DATA FOR THIS EXERCISE:

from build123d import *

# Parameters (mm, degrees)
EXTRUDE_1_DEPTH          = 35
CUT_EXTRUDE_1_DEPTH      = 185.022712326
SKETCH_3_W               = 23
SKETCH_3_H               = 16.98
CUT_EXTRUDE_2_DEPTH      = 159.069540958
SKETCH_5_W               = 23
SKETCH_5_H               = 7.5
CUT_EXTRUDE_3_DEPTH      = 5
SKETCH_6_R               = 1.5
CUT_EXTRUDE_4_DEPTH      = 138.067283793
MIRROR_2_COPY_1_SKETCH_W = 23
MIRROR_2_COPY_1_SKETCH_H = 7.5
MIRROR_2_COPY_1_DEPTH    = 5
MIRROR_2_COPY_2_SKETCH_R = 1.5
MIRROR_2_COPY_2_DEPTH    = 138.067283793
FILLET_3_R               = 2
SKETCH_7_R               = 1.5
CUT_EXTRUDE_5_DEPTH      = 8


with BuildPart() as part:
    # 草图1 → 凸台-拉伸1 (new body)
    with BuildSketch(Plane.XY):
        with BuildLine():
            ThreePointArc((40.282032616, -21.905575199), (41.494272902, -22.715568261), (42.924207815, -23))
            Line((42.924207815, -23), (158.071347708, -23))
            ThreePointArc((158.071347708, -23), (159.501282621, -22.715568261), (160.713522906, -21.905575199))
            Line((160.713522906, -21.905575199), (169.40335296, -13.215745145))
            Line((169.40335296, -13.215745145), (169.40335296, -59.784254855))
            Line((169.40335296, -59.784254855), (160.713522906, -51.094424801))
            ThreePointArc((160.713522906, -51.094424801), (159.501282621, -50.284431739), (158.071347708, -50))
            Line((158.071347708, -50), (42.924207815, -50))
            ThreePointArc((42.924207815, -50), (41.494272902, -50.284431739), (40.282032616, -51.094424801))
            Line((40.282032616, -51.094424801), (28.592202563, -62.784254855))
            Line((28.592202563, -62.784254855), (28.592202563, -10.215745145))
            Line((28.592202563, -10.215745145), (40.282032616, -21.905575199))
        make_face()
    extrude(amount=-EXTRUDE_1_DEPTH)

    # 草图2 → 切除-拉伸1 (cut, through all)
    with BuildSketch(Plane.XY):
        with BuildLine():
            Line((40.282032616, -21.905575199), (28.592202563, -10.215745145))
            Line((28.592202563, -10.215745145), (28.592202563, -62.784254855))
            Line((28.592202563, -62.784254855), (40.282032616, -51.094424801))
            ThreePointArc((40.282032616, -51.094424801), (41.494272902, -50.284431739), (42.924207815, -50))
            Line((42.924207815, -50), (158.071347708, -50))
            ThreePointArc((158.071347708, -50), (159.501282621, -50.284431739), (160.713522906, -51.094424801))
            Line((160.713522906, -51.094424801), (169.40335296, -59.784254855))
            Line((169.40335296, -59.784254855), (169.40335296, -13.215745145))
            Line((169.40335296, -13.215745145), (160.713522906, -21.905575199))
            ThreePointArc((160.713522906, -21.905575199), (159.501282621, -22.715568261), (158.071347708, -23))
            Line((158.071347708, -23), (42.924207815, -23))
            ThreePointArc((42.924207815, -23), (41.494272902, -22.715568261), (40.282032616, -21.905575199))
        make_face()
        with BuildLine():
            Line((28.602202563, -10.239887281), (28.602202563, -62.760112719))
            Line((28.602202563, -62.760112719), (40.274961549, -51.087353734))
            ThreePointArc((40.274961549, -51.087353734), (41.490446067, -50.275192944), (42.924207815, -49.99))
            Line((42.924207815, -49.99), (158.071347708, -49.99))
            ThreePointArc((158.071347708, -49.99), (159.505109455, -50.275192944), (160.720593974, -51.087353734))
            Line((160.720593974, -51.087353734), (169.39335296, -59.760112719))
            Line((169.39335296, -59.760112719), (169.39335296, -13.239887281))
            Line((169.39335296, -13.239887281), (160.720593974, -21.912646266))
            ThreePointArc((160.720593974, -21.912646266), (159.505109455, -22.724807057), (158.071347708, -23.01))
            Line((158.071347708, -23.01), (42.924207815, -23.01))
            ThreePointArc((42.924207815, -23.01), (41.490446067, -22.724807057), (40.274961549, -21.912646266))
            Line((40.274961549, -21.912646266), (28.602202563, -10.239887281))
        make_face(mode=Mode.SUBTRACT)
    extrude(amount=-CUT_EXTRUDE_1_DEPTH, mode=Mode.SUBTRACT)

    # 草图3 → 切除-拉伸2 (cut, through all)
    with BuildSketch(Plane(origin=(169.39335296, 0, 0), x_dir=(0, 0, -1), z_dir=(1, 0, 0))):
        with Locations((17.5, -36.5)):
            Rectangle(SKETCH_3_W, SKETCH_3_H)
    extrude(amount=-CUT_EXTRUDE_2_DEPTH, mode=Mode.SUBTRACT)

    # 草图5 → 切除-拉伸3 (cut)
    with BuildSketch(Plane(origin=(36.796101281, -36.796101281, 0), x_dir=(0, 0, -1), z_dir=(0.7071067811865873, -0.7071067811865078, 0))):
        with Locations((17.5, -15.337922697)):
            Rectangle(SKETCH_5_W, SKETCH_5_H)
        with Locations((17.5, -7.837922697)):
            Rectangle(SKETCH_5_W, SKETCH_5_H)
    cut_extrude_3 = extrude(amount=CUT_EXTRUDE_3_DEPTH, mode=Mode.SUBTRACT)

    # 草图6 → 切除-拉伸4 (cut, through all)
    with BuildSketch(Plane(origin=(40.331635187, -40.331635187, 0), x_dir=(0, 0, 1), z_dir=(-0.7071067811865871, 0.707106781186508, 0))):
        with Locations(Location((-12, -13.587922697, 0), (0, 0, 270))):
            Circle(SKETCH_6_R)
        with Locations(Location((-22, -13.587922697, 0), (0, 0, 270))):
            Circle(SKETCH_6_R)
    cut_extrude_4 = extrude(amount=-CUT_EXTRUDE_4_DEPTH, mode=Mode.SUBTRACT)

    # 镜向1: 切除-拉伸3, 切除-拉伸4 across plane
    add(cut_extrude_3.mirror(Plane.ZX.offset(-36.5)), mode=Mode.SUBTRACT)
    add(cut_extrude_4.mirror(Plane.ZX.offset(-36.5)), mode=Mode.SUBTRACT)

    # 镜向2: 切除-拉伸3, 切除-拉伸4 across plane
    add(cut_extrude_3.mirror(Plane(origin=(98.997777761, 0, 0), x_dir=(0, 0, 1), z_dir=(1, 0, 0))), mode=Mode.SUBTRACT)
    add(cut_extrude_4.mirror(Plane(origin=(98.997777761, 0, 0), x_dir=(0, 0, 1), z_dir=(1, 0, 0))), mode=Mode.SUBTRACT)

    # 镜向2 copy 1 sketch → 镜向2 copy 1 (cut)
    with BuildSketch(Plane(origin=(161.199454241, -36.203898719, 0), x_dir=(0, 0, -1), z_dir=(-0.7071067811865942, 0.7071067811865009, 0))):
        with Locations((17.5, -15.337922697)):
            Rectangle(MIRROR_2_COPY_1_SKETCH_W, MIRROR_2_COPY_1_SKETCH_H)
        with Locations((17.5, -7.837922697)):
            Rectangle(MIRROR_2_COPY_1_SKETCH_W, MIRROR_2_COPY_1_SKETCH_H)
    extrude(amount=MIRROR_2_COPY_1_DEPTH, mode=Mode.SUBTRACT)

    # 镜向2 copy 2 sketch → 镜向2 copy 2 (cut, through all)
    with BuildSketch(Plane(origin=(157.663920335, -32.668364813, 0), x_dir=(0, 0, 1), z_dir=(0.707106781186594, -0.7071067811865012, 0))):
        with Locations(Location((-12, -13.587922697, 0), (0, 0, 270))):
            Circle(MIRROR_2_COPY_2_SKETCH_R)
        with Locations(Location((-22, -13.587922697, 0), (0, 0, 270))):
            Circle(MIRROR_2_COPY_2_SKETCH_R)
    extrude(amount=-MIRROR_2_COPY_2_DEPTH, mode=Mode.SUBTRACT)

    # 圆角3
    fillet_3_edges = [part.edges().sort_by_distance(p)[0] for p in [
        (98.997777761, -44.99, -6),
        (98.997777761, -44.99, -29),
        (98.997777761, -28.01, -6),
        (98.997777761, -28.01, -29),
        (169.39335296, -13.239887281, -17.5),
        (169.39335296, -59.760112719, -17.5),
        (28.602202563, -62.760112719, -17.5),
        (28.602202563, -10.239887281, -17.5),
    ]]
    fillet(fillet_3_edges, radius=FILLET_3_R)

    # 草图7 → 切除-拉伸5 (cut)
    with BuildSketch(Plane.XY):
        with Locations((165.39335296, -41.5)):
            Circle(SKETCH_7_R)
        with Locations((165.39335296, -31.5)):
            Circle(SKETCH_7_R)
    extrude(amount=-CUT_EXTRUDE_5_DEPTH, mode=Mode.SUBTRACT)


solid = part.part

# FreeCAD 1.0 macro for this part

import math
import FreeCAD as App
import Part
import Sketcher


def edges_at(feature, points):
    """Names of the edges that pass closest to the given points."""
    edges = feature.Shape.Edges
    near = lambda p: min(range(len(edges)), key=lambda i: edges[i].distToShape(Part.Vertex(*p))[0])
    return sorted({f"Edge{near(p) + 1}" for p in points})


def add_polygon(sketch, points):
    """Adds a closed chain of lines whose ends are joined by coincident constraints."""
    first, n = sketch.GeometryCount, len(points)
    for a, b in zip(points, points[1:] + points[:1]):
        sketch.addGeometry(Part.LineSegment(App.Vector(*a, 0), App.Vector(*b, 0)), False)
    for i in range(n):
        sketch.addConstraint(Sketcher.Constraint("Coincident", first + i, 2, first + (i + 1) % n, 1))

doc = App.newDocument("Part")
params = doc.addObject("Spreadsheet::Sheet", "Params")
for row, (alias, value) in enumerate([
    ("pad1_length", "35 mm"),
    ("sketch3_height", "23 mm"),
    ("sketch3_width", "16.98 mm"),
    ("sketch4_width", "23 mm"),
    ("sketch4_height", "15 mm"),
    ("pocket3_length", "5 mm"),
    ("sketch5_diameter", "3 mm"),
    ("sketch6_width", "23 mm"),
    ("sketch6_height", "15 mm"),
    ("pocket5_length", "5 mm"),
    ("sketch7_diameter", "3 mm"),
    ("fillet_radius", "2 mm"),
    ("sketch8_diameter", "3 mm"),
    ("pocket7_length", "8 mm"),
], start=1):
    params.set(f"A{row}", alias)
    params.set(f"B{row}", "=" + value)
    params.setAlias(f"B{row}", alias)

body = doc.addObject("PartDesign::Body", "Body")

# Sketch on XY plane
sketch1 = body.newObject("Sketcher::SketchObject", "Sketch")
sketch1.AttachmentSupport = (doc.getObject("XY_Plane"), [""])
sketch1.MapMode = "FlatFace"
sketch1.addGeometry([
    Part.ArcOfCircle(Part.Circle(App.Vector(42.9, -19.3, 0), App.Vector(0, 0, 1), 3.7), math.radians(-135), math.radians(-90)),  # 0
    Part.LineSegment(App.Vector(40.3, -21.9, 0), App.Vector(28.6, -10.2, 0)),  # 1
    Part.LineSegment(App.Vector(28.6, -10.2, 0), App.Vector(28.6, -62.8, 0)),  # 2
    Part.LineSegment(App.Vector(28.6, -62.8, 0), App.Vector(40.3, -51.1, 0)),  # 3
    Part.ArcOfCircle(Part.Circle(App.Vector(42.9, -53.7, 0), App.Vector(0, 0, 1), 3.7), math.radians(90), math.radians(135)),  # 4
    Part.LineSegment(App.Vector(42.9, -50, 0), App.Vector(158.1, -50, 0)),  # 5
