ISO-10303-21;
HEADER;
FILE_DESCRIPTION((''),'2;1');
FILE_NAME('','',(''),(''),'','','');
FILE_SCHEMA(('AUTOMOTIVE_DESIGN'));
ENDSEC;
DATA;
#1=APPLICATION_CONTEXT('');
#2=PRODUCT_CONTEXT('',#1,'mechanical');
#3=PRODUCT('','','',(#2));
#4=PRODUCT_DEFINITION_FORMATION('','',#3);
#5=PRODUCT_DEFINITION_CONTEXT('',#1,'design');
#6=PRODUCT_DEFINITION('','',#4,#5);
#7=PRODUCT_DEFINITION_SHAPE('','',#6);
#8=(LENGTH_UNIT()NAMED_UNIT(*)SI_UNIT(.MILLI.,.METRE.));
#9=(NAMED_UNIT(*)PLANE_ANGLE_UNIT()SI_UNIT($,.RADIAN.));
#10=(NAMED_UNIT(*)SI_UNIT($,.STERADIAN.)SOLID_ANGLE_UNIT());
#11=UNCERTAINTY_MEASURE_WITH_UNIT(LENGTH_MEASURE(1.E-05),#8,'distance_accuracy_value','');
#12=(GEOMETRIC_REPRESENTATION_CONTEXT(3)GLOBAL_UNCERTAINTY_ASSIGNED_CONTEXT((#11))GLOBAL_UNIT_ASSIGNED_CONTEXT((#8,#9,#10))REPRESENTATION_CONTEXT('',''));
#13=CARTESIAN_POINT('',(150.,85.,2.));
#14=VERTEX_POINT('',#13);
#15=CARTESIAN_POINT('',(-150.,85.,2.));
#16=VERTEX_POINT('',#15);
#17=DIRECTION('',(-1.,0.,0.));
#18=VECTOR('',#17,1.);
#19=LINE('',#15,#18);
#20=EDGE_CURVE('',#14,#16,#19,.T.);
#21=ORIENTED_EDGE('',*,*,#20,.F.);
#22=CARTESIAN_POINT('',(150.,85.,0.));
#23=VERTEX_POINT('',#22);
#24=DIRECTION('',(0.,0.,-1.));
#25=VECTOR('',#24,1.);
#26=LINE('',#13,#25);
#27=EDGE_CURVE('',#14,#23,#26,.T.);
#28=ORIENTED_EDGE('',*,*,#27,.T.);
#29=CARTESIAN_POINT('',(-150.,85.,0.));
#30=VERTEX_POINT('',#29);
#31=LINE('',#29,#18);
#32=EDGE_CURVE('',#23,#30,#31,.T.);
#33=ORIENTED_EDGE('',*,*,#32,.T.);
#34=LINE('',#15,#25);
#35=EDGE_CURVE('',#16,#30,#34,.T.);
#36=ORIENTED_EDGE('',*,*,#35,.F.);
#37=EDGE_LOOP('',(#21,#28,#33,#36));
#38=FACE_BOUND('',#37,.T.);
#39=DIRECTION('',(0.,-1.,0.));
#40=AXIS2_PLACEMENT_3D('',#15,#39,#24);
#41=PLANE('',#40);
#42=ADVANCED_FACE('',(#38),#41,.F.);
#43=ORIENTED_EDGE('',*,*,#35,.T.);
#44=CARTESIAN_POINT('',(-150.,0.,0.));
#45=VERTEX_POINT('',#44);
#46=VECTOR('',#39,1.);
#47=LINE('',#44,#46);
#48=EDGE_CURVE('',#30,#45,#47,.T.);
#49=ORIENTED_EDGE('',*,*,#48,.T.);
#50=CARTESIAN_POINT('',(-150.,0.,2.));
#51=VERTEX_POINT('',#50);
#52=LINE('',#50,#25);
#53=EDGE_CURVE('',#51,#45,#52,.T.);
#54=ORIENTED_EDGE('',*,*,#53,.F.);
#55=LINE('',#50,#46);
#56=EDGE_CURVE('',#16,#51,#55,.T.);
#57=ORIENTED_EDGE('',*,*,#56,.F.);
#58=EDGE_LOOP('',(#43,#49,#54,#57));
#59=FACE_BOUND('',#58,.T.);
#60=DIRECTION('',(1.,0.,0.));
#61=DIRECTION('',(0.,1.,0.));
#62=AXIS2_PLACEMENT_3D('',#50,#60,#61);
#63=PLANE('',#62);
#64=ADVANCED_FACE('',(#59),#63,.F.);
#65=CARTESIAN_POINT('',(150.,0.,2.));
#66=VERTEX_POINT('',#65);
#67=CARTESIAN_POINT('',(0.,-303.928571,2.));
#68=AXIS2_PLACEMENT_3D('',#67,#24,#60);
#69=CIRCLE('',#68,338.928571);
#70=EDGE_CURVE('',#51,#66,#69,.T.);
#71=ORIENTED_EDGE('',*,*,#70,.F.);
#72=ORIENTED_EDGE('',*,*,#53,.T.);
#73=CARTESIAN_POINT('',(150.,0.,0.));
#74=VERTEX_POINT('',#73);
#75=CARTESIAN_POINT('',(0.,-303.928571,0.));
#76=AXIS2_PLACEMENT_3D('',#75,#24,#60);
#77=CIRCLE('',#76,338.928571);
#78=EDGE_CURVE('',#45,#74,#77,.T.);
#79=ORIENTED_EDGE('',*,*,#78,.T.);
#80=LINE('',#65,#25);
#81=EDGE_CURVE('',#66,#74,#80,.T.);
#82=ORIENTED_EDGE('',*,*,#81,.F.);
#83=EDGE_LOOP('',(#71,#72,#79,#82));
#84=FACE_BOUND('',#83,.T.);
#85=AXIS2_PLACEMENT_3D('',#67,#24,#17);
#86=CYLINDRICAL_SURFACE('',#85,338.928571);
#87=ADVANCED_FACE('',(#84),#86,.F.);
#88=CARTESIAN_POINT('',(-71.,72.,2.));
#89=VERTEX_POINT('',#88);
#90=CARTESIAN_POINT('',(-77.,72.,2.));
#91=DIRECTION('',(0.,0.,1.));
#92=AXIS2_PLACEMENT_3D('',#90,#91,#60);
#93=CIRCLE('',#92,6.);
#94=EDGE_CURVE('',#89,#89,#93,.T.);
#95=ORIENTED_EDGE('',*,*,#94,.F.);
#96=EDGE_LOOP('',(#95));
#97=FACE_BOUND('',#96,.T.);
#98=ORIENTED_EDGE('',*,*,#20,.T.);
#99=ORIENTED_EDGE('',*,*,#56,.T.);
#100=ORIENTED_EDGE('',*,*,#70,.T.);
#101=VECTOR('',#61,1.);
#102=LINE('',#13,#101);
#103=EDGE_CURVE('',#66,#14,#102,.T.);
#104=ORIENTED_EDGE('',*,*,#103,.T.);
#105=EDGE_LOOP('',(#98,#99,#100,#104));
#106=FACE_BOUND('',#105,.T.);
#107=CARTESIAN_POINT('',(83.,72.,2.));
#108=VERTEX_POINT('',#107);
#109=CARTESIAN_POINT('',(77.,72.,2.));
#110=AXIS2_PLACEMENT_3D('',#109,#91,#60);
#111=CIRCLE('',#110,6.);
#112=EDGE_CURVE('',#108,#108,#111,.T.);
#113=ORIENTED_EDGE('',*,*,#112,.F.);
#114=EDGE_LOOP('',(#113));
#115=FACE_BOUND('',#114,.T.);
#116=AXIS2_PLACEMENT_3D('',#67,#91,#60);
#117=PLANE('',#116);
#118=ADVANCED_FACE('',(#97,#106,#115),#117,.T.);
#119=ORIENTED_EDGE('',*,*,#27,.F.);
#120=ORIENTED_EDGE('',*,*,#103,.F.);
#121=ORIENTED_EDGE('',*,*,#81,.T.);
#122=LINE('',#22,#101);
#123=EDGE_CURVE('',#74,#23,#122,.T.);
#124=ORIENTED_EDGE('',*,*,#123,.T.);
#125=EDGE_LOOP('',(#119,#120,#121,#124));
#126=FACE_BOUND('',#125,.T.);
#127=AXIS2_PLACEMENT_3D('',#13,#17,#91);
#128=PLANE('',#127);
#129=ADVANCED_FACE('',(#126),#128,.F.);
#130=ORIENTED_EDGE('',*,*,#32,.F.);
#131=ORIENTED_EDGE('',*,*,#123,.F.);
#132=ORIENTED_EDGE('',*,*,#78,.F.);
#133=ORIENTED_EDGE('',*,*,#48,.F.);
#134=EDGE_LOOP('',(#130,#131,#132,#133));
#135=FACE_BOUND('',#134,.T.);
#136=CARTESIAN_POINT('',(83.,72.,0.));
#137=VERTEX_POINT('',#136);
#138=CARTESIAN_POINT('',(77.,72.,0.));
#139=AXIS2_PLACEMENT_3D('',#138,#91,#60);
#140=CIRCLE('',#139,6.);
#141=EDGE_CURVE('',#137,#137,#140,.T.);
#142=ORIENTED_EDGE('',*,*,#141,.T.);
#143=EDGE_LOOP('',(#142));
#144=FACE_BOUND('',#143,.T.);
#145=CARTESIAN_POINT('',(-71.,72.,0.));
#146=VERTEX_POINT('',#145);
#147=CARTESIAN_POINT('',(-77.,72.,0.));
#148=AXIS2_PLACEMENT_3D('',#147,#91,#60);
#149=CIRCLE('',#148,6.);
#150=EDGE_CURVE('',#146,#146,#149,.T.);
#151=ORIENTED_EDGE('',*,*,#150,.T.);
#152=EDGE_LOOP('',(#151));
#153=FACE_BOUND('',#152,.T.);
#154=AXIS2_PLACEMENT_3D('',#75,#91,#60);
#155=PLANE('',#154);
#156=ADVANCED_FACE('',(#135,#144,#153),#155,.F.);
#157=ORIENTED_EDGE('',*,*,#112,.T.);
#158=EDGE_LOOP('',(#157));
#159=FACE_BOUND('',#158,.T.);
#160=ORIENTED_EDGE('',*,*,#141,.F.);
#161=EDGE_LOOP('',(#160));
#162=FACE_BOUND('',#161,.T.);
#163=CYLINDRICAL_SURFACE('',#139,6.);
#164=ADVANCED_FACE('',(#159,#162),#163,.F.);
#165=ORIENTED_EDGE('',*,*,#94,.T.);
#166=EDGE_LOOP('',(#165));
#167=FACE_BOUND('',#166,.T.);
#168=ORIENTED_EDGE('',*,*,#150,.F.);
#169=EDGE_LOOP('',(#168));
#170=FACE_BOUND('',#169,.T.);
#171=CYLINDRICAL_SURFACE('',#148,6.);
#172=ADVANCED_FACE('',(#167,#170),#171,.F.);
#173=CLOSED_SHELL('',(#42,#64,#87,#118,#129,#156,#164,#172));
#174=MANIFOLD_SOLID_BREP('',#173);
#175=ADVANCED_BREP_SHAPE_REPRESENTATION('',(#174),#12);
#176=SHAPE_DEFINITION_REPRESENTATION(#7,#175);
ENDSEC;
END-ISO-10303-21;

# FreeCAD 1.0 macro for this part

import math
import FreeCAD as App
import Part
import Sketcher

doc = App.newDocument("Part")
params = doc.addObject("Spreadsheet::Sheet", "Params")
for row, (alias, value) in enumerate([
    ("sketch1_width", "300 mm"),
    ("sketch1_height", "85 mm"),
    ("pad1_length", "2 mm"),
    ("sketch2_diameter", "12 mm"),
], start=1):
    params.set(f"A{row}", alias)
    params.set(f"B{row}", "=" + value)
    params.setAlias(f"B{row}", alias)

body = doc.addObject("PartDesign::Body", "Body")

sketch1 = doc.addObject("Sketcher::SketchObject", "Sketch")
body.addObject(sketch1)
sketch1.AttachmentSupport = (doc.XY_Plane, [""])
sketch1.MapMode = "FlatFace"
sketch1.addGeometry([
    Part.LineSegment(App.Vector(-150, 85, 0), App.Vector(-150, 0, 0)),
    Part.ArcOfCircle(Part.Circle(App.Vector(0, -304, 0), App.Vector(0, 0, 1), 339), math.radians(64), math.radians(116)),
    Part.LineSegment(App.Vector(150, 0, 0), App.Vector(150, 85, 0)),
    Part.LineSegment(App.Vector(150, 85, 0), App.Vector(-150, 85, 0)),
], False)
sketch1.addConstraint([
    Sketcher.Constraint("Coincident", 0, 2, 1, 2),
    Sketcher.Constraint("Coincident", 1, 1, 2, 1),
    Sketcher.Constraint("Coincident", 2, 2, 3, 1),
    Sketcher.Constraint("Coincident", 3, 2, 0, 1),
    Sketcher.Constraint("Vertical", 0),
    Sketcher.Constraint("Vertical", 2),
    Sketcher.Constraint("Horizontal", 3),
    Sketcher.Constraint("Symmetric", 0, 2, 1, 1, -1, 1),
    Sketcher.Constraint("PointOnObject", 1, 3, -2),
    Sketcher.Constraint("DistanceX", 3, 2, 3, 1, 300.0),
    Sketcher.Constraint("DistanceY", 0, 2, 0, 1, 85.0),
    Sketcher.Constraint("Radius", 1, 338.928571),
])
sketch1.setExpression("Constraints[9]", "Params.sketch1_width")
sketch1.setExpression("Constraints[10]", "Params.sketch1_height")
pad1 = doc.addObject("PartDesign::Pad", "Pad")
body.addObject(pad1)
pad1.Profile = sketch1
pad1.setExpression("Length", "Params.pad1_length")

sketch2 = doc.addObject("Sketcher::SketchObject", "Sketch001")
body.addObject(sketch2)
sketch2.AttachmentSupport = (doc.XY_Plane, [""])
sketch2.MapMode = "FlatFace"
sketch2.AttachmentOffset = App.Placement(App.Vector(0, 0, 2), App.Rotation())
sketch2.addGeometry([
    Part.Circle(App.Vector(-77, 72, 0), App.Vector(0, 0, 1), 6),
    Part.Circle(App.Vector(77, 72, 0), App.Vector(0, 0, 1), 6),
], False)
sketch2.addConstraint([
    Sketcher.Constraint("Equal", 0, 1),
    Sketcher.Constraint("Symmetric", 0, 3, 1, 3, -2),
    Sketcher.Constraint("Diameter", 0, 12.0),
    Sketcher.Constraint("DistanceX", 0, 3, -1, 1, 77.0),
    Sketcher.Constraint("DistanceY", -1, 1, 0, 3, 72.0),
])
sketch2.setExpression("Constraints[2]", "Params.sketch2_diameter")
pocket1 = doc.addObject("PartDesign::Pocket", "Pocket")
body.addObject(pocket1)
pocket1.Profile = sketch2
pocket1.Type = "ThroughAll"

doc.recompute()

WHAT TO DO: Starting at the line above that contains "-59.784254855), (160.713522906, -51.094424801))", repeat each line exactly up to and including the line that contains "-10.239887281), (28.602202563, -62.760112719))", and stop there.

RESULT:
            Line((169.40335296, -59.784254855), (160.713522906, -51.094424801))
            ThreePointArc((160.713522906, -51.094424801), (159.501282621, -50.284431739), (158.071347708, -50))
            Line((158.071347708, -50), (42.924207815, -50))
            ThreePointArc((42.924207815, -50), (41.494272902, -50.284431739), (40.282032616, -51.094424801))
            Line((40.282032616, -51.094424801), (28.592202563, -62.784254855))
            Line((28.592202563, -62.784254855), (28.592202563, -10.215745145))
            Line((28.592202563, -10.215745145), (40.282032616, -21.905575199))
        make_face()
    extrude(amount=-EXTRUDE_1_DEPTH)

    # 草图2 → 切除-拉伸1 (cut, through all)
    with BuildSketch(Plane.XY):
        with BuildLine():
            Line((40.282032616, -21.905575199), (28.592202563, -10.215745145))
            Line((28.592202563, -10.215745145), (28.592202563, -62.784254855))
            Line((28.592202563, -62.784254855), (40.282032616, -51.094424801))
            ThreePointArc((40.282032616, -51.094424801), (41.494272902, -50.284431739), (42.924207815, -50))
            Line((42.924207815, -50), (158.071347708, -50))
            ThreePointArc((158.071347708, -50), (159.501282621, -50.284431739), (160.713522906, -51.094424801))
            Line((160.713522906, -51.094424801), (169.40335296, -59.784254855))
            Line((169.40335296, -59.784254855), (169.40335296, -13.215745145))
            Line((169.40335296, -13.215745145), (160.713522906, -21.905575199))
            ThreePointArc((160.713522906, -21.905575199), (159.501282621, -22.715568261), (158.071347708, -23))
            Line((158.071347708, -23), (42.924207815, -23))
            ThreePointArc((42.924207815, -23), (41.494272902, -22.715568261), (40.282032616, -21.905575199))
        make_face()
        with BuildLine():
            Line((28.602202563, -10.239887281), (28.602202563, -62.760112719))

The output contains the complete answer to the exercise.